### Input

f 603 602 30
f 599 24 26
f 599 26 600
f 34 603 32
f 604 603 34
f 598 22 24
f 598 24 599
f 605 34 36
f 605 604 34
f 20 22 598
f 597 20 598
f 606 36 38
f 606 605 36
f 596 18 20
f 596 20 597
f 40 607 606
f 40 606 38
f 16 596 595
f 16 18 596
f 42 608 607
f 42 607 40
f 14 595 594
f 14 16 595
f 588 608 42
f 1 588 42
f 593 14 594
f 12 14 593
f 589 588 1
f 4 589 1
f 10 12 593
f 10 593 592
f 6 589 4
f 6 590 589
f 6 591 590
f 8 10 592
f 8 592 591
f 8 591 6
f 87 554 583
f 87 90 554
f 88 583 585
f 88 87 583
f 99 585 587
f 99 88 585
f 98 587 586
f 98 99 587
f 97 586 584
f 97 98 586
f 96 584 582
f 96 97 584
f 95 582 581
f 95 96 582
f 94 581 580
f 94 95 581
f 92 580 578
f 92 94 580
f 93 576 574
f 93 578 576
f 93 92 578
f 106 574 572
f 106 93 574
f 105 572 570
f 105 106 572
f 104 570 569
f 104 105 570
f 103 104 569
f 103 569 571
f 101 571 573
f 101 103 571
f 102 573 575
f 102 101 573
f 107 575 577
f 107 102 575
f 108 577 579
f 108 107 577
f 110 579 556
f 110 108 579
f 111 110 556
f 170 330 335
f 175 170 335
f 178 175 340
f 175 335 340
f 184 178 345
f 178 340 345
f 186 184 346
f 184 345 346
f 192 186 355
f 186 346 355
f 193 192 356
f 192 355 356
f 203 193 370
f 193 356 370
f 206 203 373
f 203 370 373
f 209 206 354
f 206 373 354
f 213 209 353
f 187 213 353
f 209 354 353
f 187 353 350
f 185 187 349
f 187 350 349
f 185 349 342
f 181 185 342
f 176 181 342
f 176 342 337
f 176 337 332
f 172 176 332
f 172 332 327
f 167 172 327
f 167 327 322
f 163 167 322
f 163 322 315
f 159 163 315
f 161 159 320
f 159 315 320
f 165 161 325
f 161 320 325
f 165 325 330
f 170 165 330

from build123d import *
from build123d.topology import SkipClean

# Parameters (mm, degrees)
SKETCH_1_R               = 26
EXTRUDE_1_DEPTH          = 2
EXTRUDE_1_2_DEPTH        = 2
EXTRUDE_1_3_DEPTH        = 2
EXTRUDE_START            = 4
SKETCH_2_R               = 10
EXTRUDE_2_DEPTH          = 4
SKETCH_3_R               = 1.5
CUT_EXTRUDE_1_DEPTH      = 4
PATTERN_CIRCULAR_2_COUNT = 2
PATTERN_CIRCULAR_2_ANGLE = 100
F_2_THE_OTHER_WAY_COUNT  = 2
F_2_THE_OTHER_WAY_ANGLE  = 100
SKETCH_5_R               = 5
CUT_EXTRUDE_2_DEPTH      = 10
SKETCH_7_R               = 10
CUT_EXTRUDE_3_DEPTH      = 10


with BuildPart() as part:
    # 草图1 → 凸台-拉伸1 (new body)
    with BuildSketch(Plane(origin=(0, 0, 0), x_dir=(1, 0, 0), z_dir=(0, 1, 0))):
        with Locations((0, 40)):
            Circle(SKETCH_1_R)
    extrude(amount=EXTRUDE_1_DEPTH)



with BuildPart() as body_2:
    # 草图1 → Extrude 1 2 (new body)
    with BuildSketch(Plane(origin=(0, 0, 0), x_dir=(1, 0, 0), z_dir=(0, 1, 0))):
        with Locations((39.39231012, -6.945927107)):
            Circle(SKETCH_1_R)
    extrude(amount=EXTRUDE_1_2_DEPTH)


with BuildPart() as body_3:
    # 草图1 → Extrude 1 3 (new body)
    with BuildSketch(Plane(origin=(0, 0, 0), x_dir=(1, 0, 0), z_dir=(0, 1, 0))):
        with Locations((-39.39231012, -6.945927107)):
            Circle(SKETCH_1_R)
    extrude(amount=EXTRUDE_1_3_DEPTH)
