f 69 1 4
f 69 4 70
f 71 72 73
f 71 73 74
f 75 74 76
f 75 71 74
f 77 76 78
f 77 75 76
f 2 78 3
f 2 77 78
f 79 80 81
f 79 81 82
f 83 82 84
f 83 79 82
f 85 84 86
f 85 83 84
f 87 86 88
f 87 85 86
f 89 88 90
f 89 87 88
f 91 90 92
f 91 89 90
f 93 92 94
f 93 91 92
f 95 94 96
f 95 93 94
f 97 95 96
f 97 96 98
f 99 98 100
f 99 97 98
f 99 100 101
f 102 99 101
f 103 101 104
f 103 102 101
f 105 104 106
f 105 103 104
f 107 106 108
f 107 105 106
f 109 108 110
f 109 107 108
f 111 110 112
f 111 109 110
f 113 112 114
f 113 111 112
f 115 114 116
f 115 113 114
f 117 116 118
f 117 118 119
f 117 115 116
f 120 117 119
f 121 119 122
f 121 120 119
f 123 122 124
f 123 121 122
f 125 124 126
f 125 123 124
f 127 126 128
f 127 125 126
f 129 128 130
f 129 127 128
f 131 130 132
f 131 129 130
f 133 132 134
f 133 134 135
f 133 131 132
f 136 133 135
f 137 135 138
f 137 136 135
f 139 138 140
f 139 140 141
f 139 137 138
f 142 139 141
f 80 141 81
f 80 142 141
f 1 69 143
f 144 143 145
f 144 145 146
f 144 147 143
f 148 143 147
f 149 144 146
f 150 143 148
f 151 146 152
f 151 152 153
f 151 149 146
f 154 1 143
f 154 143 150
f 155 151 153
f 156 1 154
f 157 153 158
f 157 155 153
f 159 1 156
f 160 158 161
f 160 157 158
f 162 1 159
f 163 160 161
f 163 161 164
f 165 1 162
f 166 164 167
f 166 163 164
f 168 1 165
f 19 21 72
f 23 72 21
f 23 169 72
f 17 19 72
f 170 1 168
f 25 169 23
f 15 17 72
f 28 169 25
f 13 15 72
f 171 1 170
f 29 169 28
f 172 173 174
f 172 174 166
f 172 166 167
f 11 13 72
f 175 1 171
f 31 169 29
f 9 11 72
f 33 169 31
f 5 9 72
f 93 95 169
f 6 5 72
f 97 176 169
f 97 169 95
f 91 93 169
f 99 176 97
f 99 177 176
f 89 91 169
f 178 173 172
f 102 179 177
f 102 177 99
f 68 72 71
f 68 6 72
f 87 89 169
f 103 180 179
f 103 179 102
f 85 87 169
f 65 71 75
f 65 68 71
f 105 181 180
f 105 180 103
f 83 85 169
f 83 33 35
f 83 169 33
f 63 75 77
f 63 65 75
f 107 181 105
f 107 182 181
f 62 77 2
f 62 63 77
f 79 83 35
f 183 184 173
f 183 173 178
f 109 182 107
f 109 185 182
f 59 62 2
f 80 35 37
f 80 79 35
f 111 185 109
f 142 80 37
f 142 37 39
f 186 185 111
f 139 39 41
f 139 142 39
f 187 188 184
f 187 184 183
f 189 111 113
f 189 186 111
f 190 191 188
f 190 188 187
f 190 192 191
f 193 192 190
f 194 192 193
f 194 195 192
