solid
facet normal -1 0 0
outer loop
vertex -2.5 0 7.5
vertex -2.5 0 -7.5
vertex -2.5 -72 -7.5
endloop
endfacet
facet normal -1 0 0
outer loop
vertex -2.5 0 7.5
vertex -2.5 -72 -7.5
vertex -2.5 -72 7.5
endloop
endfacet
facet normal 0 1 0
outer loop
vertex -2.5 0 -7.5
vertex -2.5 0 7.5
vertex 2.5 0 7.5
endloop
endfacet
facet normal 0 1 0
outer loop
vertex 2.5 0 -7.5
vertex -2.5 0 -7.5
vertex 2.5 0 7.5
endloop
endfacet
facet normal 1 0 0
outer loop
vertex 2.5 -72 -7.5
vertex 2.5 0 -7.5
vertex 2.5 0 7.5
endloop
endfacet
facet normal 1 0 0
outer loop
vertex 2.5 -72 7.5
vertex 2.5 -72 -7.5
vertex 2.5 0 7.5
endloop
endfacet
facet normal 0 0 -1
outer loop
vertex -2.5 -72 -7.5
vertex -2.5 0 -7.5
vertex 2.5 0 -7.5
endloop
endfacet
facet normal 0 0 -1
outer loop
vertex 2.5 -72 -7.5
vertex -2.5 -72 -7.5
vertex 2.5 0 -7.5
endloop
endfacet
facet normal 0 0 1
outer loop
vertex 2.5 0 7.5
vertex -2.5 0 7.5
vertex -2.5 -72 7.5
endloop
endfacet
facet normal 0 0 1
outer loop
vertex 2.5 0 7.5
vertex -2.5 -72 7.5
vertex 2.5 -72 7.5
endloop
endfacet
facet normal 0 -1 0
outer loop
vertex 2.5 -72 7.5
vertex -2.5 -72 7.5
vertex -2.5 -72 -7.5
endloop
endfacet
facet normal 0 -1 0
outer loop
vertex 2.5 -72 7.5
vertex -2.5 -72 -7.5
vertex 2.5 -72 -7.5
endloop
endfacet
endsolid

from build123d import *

# Parameters (mm, degrees)
F0_W     = 5
F0_H     = 15
F1_DEPTH = 72
F2_DEPTH = 72
F3_DEPTH = 72


with BuildPart() as f1:
    # F0 (on Front) → F1 (new body)
    with BuildSketch(Plane.XZ):
        Rectangle(F0_W, F0_H)
    extrude(amount=F1_DEPTH)

    # F0 (on Front) → F2 (join)
    with BuildSketch(Plane.XZ):
        Rectangle(F0_W, F0_H)
    extrude(amount=F2_DEPTH)

    # F0 (on Front) → F3 (join)
    with BuildSketch(Plane.XZ):
        Rectangle(F0_W, F0_H)
    extrude(amount=F3_DEPTH)


solid = f1.part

### What this task involves
Look through the listing above and count the lines where the string "Locations" appears. Report the number only.

### Output
3